Lesson 2 In-Class Discussion ✅

wdhorton · October 31, 2018, 3:07am

I think the explanation for this is that the optimizer resets, and it’s using momentum, so by the end of the previous training it had a better “idea” of which direction to head, whereas when you restart it starts off by heading in a less optimal direction.

marcmuc · October 31, 2018, 3:08am

No, absolutely not.
The cycle of one cycle follows this structure. The cycle length of the total move up and down is accros the number of epochs. So if you do one epoch and then run it again, it will do the “triangle” twice. @edwardjross, this also explains why the learning rate at the beginning is higher than at the end of the previous cycle!

Sorry, @sandmann, answered somehow to the wrong question, this was in answer to you.

dhananjay014 · October 31, 2018, 3:08am

Also, for metrics, instead of error rate can use F1 score instead of error rate… as @wdhorton mentioned, sampling should be done, based on the class distribution

nikhil.ikhar · October 31, 2018, 3:08am

Never thought like that simple equation y = mx + c can be written as matrix dot product.

marcmuc · October 31, 2018, 3:09am

not only the momentum, but also the LR itself!

cstorm125 · October 31, 2018, 3:09am

Sorry I meant underfitting I just made a mistake about the losses. Sorry, morning with no coffee over here.

miwojc · October 31, 2018, 3:10am

Question: Image size, size parameter in ImageDataBunch, that is set to 224. Is it better that is you will get lower error when images are higher resolution (it will take more time, bs smaller)? or the image resolution need to be 224 for resnet34?

dotkay · October 31, 2018, 3:10am

is there a no.of.epochs learner like lr learner?

Slonik · October 31, 2018, 3:10am

For imbalanced classes question: would you balance you validation set or check on unbalanced validation set?

gjohn · October 31, 2018, 3:11am

Jeremy’s answer on handling unbalanced data eg 200 real bears and 50 teddy bears “just try it, it always just works fine”… is that only when starting with a well-trained net, or is also when starting fresh?

aidan.davis · October 31, 2018, 3:11am

If consciousness arrises from complex enough data processing, at what point do you give up on ML training and obsess over AI sentience?

KarlH · October 31, 2018, 3:11am

The model isn’t evenly trained. There’s the resnet backbone, which has been extensively trained on all of Imagenet, and the head, which we add on for our classification purpose and is entirely untrained.

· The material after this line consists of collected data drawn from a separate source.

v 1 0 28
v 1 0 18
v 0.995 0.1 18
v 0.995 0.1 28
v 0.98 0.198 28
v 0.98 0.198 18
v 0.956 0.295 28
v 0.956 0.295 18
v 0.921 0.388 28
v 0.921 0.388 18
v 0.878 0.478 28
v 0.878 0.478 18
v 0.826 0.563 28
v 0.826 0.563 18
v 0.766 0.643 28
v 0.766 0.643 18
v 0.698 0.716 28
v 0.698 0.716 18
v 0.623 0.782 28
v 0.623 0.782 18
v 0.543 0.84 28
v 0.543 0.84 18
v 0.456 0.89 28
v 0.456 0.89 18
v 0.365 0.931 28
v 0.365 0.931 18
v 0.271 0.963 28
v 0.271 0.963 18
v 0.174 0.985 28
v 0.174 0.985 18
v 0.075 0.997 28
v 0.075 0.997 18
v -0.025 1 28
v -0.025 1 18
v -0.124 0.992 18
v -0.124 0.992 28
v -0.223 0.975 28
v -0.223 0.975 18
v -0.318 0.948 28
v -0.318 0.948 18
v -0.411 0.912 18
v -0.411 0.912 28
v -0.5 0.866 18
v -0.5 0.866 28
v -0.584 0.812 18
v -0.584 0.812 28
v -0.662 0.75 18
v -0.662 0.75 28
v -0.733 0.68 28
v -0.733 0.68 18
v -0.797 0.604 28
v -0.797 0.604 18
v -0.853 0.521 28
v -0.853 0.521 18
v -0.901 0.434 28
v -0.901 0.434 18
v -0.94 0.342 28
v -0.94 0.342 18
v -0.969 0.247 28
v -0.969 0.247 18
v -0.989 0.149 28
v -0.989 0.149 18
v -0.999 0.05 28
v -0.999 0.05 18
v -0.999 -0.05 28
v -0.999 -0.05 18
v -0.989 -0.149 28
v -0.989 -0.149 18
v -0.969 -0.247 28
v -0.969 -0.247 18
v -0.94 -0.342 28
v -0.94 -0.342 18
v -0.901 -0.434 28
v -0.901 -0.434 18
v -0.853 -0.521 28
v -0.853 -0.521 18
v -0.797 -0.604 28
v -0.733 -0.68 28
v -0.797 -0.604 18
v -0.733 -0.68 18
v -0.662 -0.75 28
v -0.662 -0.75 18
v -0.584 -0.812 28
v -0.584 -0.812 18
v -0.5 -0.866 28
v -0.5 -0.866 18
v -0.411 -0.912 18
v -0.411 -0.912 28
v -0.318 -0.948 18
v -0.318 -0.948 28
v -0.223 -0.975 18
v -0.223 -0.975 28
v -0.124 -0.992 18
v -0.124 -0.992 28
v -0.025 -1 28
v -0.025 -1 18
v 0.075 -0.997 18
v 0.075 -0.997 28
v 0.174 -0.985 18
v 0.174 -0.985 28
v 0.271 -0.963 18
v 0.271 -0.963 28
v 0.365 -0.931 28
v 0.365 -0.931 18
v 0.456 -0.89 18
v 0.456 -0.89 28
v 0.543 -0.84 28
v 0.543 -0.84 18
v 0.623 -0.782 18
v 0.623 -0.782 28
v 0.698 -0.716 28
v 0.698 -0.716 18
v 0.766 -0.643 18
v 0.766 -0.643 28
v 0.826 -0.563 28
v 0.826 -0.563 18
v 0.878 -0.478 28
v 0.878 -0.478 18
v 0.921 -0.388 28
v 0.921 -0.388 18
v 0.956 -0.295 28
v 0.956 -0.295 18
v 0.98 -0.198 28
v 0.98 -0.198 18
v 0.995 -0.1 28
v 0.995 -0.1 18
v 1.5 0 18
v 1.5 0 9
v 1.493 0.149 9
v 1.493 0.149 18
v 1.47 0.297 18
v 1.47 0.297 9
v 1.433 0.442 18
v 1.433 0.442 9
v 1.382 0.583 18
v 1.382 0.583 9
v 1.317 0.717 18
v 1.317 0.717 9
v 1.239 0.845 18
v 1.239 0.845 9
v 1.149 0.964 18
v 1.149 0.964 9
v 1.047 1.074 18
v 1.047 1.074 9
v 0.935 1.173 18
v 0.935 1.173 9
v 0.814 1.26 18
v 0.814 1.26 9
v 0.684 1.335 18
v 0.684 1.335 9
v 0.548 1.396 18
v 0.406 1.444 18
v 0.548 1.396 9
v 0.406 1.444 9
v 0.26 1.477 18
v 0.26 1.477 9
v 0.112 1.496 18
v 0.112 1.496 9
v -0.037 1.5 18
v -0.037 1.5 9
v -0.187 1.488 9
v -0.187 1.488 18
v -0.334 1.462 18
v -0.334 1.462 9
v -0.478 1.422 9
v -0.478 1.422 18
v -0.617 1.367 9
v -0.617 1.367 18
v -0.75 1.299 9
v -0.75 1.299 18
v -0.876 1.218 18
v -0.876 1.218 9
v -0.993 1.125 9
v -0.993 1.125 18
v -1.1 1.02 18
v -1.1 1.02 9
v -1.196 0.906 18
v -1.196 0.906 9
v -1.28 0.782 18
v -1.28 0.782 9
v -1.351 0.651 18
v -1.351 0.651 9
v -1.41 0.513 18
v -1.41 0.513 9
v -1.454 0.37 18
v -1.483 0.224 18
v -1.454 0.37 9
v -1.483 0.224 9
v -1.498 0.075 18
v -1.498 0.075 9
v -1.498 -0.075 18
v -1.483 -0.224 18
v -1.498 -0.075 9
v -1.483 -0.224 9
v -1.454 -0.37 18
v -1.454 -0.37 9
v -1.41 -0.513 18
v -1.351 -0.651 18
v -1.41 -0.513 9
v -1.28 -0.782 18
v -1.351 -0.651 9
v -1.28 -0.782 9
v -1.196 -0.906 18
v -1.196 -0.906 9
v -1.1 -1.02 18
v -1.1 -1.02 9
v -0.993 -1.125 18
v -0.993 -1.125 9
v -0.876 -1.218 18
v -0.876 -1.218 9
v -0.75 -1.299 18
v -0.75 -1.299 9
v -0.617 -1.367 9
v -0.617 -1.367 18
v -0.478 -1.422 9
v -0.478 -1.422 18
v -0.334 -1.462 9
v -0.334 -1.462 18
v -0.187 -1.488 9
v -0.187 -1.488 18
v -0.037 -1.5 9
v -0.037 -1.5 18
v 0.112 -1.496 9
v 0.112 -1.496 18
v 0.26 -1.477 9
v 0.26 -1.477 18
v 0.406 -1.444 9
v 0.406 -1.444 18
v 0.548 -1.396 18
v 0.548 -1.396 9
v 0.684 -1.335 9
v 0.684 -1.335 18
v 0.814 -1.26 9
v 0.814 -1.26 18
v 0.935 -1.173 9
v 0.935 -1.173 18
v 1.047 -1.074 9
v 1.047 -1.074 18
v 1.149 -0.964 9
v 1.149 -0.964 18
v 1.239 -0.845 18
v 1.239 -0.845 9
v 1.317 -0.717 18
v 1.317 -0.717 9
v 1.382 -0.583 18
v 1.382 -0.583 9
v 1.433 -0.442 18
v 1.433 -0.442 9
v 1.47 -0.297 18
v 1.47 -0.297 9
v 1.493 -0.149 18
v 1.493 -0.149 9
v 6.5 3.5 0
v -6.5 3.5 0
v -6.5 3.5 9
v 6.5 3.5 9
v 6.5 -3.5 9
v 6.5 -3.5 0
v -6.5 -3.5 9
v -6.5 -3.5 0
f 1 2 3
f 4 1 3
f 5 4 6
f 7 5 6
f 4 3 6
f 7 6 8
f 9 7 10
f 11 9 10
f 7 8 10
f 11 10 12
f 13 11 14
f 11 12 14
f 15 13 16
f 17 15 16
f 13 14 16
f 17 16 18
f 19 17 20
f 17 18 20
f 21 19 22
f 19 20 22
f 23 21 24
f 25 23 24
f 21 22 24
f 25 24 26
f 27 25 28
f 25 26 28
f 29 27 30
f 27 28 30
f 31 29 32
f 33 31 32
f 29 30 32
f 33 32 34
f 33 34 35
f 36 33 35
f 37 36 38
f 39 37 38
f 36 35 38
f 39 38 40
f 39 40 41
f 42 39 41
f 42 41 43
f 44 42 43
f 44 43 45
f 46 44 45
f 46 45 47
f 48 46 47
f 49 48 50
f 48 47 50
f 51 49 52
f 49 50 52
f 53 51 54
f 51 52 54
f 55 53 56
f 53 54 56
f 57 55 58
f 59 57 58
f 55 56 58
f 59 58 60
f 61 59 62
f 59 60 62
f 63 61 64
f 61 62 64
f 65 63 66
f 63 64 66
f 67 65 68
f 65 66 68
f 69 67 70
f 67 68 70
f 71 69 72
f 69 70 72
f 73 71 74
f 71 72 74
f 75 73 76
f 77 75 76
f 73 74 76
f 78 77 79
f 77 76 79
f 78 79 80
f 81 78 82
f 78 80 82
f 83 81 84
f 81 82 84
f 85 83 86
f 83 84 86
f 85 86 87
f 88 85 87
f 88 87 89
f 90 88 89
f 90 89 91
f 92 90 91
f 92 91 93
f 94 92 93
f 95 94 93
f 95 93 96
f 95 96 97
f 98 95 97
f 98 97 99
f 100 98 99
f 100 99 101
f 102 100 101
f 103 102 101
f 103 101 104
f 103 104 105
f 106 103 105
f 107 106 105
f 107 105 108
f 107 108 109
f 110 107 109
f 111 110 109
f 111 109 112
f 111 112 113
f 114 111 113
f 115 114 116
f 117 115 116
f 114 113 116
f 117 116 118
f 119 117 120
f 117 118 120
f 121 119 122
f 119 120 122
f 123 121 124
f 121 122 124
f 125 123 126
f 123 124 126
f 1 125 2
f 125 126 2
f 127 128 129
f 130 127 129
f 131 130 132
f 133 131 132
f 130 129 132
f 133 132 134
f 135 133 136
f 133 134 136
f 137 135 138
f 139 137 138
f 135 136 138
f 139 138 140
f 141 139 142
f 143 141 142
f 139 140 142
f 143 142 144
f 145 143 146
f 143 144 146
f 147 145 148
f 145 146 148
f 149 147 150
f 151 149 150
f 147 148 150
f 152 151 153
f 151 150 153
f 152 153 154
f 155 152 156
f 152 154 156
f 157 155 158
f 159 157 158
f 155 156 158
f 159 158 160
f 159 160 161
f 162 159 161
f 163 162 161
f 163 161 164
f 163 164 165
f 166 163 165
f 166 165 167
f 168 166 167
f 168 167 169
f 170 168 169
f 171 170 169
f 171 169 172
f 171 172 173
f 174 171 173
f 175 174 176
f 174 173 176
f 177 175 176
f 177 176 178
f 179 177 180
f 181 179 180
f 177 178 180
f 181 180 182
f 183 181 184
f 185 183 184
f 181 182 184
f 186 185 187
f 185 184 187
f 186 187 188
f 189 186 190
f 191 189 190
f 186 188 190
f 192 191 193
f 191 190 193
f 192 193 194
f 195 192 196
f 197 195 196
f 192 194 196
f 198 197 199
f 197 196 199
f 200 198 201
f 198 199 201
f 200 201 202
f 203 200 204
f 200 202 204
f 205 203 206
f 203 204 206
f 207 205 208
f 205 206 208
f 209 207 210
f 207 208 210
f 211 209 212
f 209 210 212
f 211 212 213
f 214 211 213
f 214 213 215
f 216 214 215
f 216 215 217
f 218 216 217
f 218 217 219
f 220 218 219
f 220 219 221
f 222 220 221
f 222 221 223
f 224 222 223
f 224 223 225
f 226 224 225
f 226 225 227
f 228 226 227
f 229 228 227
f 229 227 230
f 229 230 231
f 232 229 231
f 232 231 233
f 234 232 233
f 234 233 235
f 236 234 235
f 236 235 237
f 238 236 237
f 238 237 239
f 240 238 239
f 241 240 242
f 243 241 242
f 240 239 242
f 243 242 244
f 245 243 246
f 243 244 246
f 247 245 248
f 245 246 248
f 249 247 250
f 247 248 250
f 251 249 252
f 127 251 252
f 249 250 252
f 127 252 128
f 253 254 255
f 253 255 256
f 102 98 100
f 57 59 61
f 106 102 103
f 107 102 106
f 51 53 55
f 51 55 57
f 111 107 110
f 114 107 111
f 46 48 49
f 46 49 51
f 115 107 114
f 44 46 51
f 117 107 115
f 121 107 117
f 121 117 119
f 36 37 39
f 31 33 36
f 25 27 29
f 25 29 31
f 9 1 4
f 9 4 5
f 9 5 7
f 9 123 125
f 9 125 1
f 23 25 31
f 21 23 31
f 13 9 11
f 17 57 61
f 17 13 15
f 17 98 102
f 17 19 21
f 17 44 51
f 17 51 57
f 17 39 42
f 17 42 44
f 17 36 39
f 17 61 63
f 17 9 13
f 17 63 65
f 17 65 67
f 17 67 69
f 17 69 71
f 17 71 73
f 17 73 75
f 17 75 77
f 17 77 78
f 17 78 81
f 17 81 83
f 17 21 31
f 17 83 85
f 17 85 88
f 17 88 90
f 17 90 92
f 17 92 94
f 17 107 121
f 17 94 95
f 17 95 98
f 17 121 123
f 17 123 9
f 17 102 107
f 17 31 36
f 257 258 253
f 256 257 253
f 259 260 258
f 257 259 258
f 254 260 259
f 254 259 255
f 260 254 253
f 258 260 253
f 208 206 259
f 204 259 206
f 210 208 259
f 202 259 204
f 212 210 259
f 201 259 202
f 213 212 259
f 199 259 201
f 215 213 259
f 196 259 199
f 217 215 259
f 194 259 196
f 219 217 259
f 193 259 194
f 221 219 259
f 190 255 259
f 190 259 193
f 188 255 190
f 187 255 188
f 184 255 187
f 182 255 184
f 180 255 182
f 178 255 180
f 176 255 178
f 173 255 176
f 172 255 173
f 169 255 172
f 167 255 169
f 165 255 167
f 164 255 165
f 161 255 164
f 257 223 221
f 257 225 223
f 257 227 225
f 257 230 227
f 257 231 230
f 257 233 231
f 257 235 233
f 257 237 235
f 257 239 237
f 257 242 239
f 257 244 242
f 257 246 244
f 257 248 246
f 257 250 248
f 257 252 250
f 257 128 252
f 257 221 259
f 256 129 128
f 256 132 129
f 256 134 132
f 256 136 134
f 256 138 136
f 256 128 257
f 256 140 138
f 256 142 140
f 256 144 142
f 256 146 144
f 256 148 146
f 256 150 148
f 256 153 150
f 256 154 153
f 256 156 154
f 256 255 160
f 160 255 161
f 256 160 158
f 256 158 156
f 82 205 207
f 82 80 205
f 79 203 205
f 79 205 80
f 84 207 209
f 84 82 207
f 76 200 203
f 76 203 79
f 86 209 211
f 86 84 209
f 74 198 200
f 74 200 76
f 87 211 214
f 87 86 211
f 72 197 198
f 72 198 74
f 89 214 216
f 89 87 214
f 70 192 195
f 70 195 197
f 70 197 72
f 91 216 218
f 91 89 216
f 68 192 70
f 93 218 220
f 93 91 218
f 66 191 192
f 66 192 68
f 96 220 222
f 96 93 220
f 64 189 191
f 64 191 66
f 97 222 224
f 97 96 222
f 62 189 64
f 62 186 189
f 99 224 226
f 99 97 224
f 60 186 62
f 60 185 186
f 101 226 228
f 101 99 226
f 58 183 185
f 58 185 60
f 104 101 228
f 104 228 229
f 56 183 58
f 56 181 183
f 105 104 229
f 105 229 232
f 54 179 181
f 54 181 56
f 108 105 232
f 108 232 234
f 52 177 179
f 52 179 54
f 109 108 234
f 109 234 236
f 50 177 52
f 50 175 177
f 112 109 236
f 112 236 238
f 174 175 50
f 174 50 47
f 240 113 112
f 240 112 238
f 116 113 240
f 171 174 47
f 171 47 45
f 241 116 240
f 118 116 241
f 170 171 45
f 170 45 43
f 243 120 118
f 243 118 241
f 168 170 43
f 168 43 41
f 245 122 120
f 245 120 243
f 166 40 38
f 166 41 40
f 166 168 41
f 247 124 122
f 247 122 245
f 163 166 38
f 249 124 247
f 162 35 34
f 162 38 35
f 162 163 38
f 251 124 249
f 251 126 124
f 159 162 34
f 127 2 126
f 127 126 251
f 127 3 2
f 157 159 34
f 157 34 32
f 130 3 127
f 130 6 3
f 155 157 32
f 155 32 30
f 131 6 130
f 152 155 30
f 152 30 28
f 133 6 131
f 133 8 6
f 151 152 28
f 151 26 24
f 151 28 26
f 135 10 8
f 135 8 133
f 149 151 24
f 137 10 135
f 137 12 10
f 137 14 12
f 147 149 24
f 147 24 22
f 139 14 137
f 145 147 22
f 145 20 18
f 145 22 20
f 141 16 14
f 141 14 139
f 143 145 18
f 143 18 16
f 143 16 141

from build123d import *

# Parameters (mm, degrees)
F0_W     = 13
F0_H     = 7
F1_DEPTH = 9
F2_R     = 1.5
F3_DEPTH = 9
F4_R     = 1
F5_DEPTH = 10


with BuildPart() as f1:
    # F0 (on Top) → F1 (new body)
    with BuildSketch(Plane.XY):
        Rectangle(F0_W, F0_H)
    extrude(amount=F1_DEPTH)

    # F2 (on face) → F3 (join)
    with BuildSketch(Plane.XY.offset(9)):
        Circle(F2_R)
    extrude(amount=F3_DEPTH)

    # F4 (on face) → F5 (join)
    with BuildSketch(Plane.XY.offset(18)):
        Circle(F4_R)
    extrude(amount=F5_DEPTH)


solid = f1.part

If you trained the entire model at once, you could get large errors coming from the untrained layers back propagating through the model and messing up your nicely pretrained weights.

Training with the backbone frozen allows us to only trained the untrained layers in the head. Once those layers have converged somewhat, we unfreeze the entire model and continue training.

Mauro · October 31, 2018, 3:12am

Its OK. I just saw what you meant. It was good question.

sandmann · October 31, 2018, 3:12am

“The cycle length of the total move up and down is accros the number of epochs.”
Thanks a lot - that’s important to understand!

simonw · October 31, 2018, 3:13am

When you first access models.resnet34 you get a progress bar while it downloads the model to disk, which is the thing that confused me.

Benudek · October 31, 2018, 3:13am

if you dont get that url download file after below, check the adblocker.

urls = Array.from(document.querySelectorAll(’.rg_di .rg_meta’)).map(el=>JSON.parse(el.textContent).ou);
window.open(‘data:text/csv;charset=utf-8,’ + escape(urls.join(’\n’)));

sgugger · October 31, 2018, 3:13am

That’s the pretrained models. Here during inference, you’ll load your own model.

gamino · October 31, 2018, 3:14am

learn.be_patient()

evan.xiong · October 31, 2018, 3:14am

I am interested, what is the right practice in fastiai, to load a set videos and sample e.g. every 3 second, to from a bunch series of images. So that I can apply Resnet34 (time-distributed) on each image and apply an LSTM on the next layer, for building a video classifier?

vedder · October 31, 2018, 3:14am

For unbalanced data: What do you do if the class you care most about is a rare class. An example is identifying skin lesions where the most common benign class is way more frequent than melanoma?